RECORDS FOR PROCESSING section start
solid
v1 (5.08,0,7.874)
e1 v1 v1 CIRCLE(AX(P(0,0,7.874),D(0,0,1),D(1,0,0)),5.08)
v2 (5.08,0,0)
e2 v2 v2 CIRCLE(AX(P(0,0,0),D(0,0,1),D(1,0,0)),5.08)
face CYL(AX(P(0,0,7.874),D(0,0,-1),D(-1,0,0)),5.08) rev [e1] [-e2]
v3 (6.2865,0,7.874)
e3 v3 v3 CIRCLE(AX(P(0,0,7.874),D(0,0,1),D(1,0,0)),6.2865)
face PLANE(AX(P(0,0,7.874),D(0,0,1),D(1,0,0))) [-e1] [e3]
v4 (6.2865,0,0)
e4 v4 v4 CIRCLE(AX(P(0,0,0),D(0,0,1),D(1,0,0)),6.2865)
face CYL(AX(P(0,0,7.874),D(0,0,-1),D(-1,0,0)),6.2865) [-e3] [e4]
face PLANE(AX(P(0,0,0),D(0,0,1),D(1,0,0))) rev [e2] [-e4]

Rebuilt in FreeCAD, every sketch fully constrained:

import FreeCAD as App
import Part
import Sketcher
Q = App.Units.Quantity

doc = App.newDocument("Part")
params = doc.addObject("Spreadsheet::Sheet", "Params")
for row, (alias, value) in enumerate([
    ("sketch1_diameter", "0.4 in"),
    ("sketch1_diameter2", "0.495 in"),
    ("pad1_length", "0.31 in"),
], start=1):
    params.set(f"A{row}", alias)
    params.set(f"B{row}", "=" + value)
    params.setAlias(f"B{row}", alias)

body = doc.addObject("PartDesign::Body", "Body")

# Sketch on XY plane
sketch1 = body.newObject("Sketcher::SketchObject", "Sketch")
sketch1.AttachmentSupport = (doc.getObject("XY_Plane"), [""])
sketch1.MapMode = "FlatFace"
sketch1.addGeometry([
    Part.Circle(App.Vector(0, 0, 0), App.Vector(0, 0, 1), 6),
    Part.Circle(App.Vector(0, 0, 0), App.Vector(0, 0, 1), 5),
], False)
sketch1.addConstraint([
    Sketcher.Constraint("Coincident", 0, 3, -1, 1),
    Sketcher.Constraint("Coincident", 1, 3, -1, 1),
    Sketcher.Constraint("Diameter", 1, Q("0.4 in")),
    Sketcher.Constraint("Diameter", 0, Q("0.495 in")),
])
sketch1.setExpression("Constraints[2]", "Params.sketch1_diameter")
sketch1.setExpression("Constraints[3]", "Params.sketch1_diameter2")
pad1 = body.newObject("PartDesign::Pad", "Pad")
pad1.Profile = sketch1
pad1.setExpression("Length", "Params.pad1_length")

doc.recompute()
RECORDS FOR PROCESSING section end
== HOW TO COMPLETE THIS TASK ==
Reproduce the material above in full, word for word.

== SOLUTION FOR THIS EXERCISE ==
solid
v1 (5.08,0,7.874)
e1 v1 v1 CIRCLE(AX(P(0,0,7.874),D(0,0,1),D(1,0,0)),5.08)
v2 (5.08,0,0)
e2 v2 v2 CIRCLE(AX(P(0,0,0),D(0,0,1),D(1,0,0)),5.08)
face CYL(AX(P(0,0,7.874),D(0,0,-1),D(-1,0,0)),5.08) rev [e1] [-e2]
v3 (6.2865,0,7.874)
e3 v3 v3 CIRCLE(AX(P(0,0,7.874),D(0,0,1),D(1,0,0)),6.2865)
face PLANE(AX(P(0,0,7.874),D(0,0,1),D(1,0,0))) [-e1] [e3]
v4 (6.2865,0,0)
e4 v4 v4 CIRCLE(AX(P(0,0,0),D(0,0,1),D(1,0,0)),6.2865)
face CYL(AX(P(0,0,7.874),D(0,0,-1),D(-1,0,0)),6.2865) [-e3] [e4]
face PLANE(AX(P(0,0,0),D(0,0,1),D(1,0,0))) rev [e2] [-e4]

Rebuilt in FreeCAD, every sketch fully constrained:

import FreeCAD as App
import Part
import Sketcher
Q = App.Units.Quantity

doc = App.newDocument("Part")
params = doc.addObject("Spreadsheet::Sheet", "Params")
for row, (alias, value) in enumerate([
    ("sketch1_diameter", "0.4 in"),
    ("sketch1_diameter2", "0.495 in"),
    ("pad1_length", "0.31 in"),
], start=1):
    params.set(f"A{row}", alias)
    params.set(f"B{row}", "=" + value)
    params.setAlias(f"B{row}", alias)

body = doc.addObject("PartDesign::Body", "Body")

# Sketch on XY plane
sketch1 = body.newObject("Sketcher::SketchObject", "Sketch")
sketch1.AttachmentSupport = (doc.getObject("XY_Plane"), [""])
sketch1.MapMode = "FlatFace"
sketch1.addGeometry([
    Part.Circle(App.Vector(0, 0, 0), App.Vector(0, 0, 1), 6),
    Part.Circle(App.Vector(0, 0, 0), App.Vector(0, 0, 1), 5),
], False)
sketch1.addConstraint([
    Sketcher.Constraint("Coincident", 0, 3, -1, 1),
    Sketcher.Constraint("Coincident", 1, 3, -1, 1),
    Sketcher.Constraint("Diameter", 1, Q("0.4 in")),
    Sketcher.Constraint("Diameter", 0, Q("0.495 in")),
])
sketch1.setExpression("Constraints[2]", "Params.sketch1_diameter")
sketch1.setExpression("Constraints[3]", "Params.sketch1_diameter2")
pad1 = body.newObject("PartDesign::Pad", "Pad")
pad1.Profile = sketch1
pad1.setExpression("Length", "Params.pad1_length")

doc.recompute()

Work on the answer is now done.